Exercise prompt
Given the entries that follow, write out exactly the lines starting at the one containing "v 0.749 20.908 1" and ending at the one containing "v -2.327 0 -2.16", both ends included, and only those.

[Opening Provided data section]

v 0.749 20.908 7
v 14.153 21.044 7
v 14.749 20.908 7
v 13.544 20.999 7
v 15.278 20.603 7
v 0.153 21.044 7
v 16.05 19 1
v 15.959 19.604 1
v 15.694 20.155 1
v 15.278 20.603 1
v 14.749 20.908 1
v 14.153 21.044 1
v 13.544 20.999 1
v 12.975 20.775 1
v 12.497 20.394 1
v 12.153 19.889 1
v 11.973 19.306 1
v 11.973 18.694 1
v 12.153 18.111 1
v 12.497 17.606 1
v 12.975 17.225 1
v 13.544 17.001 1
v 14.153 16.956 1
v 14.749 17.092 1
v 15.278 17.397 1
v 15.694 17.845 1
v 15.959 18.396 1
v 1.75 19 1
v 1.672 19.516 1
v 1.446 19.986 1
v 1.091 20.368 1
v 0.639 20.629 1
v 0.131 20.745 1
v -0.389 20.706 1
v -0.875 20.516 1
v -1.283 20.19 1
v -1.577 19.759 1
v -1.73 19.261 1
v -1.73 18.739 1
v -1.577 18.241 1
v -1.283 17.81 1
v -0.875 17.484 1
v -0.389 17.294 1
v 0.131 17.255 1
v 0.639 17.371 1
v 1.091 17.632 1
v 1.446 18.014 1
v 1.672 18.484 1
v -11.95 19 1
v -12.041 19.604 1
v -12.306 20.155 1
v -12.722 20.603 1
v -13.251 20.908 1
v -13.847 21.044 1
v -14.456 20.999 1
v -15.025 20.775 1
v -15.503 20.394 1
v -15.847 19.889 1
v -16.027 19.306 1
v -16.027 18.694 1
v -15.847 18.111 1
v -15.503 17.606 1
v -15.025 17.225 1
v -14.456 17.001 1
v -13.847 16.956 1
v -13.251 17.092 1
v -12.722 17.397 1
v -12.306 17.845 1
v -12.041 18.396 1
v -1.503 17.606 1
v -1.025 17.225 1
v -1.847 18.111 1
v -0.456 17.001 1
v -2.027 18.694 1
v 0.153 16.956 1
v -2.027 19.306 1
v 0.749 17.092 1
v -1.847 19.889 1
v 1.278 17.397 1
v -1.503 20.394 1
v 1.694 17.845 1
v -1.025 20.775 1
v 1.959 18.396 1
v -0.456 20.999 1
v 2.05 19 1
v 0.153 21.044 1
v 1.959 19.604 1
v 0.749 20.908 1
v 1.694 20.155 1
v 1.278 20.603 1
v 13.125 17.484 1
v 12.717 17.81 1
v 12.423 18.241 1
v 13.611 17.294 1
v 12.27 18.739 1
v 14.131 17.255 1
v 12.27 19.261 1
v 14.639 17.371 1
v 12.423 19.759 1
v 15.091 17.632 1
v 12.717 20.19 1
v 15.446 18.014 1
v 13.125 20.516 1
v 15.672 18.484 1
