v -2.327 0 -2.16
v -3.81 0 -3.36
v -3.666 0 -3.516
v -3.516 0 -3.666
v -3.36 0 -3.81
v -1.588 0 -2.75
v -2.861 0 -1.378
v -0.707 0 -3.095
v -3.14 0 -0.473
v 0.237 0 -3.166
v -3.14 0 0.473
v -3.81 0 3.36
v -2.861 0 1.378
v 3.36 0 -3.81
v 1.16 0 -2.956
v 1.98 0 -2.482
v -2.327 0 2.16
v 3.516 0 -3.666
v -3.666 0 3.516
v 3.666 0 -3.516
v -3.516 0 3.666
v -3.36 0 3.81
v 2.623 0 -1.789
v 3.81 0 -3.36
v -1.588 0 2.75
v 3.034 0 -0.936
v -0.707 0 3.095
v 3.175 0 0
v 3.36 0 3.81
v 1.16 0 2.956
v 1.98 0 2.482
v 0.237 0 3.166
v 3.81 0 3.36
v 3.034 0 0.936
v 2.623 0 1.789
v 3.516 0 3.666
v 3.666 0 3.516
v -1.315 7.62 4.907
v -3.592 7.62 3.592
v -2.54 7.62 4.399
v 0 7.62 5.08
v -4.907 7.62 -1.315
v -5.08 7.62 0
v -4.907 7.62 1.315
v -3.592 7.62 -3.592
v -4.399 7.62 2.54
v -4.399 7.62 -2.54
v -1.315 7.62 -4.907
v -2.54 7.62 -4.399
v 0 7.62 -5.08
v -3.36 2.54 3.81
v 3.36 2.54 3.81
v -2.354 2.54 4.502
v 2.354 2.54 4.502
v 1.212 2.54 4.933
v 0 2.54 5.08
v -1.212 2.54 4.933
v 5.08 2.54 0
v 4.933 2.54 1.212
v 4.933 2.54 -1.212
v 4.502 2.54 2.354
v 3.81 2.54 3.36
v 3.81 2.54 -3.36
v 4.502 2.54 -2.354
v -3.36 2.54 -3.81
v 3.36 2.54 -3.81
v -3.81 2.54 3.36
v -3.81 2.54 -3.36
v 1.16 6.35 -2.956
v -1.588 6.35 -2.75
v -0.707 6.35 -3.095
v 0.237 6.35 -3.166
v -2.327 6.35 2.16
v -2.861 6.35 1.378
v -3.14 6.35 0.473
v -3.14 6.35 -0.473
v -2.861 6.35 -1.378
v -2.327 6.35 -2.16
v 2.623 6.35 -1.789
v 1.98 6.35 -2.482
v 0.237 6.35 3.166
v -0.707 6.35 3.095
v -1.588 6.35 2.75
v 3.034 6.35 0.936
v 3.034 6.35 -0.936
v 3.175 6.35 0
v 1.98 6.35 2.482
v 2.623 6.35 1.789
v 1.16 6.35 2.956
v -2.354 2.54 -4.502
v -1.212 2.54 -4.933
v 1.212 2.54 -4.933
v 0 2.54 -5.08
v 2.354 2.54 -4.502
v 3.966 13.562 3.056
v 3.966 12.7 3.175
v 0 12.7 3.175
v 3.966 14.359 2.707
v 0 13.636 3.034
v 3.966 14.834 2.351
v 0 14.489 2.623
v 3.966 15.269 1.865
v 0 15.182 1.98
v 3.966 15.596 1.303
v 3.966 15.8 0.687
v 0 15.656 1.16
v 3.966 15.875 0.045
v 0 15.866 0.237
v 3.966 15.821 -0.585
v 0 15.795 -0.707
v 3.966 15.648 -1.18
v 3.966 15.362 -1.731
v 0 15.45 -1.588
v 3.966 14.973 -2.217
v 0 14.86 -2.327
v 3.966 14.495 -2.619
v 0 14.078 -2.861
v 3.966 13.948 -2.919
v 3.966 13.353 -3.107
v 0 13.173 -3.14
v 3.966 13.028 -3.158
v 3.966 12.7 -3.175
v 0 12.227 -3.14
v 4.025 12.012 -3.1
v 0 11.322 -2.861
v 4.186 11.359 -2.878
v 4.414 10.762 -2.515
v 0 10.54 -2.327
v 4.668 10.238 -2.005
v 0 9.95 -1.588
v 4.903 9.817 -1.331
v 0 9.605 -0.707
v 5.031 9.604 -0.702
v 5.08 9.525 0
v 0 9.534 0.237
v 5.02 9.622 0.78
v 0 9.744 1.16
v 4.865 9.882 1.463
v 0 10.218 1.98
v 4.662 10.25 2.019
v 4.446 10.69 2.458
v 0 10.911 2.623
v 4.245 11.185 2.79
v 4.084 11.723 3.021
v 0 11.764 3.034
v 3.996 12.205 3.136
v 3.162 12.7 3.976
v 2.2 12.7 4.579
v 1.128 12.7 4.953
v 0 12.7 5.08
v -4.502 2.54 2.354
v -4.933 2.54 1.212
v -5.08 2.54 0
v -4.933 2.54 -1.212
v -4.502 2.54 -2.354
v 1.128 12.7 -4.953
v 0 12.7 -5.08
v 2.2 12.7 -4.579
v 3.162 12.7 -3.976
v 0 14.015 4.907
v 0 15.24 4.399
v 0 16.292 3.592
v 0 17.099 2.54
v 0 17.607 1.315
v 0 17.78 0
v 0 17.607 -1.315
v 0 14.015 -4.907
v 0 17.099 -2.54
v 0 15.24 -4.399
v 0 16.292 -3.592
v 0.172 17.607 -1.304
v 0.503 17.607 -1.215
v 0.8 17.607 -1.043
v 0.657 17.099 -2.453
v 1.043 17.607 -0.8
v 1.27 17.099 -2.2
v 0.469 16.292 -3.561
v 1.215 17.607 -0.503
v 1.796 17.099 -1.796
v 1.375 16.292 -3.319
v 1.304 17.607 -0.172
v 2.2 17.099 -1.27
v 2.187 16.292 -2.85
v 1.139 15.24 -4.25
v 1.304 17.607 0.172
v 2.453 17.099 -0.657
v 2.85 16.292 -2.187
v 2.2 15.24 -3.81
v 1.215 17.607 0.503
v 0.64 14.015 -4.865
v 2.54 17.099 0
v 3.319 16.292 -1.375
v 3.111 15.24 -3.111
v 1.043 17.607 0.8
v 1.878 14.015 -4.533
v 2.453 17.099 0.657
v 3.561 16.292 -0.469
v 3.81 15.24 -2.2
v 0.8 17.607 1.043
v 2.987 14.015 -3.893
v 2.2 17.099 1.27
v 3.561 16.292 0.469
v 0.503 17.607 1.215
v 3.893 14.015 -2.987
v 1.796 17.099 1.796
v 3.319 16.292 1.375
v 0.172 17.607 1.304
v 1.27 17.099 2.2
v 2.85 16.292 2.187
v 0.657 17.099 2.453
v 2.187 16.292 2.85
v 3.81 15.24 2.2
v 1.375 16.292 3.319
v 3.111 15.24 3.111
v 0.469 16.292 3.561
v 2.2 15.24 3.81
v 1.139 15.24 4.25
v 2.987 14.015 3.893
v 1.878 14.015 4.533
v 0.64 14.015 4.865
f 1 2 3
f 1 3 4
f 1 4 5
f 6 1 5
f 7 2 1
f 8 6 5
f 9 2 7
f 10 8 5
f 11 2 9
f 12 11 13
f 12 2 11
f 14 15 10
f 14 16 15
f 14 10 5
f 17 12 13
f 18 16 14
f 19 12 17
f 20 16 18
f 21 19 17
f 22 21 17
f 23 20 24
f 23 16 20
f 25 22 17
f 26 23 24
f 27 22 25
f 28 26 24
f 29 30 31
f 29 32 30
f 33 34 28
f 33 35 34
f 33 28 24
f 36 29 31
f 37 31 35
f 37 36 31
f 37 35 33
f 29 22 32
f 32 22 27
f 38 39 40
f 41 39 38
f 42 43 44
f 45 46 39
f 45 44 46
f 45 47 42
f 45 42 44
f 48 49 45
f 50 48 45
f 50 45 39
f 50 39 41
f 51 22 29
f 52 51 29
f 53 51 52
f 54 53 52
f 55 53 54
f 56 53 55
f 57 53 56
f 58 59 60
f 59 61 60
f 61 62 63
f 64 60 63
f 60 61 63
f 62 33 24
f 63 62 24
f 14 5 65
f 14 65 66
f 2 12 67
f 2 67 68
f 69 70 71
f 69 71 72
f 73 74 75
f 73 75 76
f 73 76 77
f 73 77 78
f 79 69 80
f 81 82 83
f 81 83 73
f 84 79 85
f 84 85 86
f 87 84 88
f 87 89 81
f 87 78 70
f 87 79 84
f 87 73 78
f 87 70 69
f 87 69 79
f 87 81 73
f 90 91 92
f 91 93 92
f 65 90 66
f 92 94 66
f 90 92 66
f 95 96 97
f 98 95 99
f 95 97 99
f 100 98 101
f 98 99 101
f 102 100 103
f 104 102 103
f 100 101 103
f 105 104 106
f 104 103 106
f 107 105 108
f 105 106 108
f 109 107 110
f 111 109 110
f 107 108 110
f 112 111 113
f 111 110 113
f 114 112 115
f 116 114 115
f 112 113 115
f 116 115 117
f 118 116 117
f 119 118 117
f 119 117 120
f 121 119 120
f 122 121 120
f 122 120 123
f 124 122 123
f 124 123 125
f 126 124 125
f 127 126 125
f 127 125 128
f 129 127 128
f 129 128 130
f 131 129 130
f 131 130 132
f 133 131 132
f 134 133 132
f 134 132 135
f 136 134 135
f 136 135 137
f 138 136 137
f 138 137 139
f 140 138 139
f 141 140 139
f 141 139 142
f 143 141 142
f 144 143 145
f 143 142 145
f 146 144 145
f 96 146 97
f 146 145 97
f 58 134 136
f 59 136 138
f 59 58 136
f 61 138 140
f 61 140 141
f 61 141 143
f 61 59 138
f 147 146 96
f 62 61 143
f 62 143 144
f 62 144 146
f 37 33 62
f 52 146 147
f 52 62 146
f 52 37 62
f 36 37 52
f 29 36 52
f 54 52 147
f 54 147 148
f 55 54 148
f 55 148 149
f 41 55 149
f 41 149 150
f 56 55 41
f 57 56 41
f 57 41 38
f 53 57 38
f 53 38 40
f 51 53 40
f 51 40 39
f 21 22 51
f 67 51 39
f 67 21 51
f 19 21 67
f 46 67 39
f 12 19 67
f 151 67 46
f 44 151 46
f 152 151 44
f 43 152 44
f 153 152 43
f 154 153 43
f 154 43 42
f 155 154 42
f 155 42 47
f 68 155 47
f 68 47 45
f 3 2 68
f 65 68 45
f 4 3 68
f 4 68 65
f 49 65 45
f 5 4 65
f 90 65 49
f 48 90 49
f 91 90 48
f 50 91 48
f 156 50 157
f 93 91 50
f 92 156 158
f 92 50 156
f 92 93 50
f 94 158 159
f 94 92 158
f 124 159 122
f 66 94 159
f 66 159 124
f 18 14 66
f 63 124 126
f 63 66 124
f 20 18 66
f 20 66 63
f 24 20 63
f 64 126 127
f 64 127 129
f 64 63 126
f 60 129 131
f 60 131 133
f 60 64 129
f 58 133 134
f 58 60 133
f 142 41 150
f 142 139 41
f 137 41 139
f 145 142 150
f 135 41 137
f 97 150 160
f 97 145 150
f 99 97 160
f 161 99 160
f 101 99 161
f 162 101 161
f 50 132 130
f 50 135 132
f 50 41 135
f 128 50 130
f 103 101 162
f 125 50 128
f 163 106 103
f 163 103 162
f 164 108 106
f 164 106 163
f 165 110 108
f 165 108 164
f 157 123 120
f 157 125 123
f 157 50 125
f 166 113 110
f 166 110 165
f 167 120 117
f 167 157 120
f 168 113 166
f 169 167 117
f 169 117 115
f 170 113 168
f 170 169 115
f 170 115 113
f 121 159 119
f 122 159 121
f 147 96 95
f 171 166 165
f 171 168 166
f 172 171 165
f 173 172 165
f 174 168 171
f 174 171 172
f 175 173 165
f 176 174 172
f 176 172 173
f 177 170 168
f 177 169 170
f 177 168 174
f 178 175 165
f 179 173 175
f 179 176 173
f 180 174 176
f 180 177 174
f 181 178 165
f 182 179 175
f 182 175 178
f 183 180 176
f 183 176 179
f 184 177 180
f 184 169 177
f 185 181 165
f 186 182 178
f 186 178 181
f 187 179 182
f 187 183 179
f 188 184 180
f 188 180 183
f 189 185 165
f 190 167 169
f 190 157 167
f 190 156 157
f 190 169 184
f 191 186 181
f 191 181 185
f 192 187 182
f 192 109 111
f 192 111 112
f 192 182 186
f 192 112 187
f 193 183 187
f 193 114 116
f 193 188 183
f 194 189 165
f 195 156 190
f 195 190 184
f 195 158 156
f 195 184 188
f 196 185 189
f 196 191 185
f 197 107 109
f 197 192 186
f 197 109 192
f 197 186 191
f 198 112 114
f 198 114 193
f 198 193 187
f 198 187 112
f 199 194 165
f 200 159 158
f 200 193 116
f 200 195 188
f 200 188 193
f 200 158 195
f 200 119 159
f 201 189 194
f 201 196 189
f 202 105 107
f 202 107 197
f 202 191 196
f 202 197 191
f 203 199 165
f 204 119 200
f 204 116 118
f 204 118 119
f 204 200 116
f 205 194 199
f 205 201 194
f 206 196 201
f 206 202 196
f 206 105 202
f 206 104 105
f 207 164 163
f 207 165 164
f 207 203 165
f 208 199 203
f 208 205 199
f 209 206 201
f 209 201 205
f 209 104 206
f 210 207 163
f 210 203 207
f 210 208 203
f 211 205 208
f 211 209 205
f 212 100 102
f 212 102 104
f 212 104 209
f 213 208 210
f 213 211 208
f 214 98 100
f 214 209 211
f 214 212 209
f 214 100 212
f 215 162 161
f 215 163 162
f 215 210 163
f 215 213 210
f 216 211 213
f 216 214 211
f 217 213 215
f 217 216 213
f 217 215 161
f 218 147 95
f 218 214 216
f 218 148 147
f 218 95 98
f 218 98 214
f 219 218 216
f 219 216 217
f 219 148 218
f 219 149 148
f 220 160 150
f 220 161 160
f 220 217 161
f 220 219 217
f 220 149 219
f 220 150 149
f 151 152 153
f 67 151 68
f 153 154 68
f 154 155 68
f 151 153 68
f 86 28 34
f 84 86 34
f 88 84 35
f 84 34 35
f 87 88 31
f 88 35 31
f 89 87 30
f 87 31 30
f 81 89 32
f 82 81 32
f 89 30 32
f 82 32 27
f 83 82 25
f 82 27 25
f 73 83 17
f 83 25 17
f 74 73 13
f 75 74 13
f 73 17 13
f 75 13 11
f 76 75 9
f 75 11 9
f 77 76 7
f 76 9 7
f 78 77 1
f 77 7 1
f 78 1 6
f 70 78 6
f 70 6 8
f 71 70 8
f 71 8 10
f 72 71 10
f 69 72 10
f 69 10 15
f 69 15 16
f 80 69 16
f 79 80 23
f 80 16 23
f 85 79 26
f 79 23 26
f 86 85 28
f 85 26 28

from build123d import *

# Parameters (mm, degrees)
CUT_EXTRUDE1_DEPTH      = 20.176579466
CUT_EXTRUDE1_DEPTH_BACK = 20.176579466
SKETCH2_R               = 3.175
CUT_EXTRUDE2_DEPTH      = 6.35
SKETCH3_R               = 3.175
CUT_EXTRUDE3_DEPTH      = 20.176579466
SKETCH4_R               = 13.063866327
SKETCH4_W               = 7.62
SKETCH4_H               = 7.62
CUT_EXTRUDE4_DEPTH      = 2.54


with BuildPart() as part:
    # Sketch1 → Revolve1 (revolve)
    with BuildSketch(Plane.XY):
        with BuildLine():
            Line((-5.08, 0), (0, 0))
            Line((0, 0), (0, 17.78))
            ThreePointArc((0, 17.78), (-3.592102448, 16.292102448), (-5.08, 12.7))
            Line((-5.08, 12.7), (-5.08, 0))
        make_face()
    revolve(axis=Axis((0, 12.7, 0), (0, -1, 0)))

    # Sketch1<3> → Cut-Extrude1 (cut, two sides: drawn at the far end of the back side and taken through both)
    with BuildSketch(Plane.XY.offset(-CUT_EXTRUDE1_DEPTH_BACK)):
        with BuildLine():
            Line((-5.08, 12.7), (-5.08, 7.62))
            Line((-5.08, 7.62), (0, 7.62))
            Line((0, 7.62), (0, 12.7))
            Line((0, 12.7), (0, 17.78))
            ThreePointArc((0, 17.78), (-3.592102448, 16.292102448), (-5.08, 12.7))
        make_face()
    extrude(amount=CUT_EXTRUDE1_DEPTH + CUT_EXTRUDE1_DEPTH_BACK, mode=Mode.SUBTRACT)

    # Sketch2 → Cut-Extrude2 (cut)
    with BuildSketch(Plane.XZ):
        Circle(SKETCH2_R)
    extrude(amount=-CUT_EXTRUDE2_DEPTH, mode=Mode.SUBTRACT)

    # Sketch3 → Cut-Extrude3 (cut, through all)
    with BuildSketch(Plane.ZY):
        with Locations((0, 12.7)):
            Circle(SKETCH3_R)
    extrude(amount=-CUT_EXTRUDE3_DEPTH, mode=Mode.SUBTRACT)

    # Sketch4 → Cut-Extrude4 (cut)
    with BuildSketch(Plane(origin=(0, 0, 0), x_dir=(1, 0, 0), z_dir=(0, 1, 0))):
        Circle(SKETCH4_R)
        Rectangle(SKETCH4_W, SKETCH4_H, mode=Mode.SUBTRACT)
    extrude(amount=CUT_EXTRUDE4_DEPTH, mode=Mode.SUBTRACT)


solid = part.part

[Closing Provided data section]

Result of the task
v 0.749 20.908 1
v 1.694 20.155 1
v 1.278 20.603 1
v 13.125 17.484 1
v 12.717 17.81 1
v 12.423 18.241 1
v 13.611 17.294 1
v 12.27 18.739 1
v 14.131 17.255 1
v 12.27 19.261 1
v 14.639 17.371 1
v 12.423 19.759 1
v 15.091 17.632 1
v 12.717 20.19 1
v 15.446 18.014 1
v 13.125 20.516 1
v 15.672 18.484 1
v -2.327 0 -2.16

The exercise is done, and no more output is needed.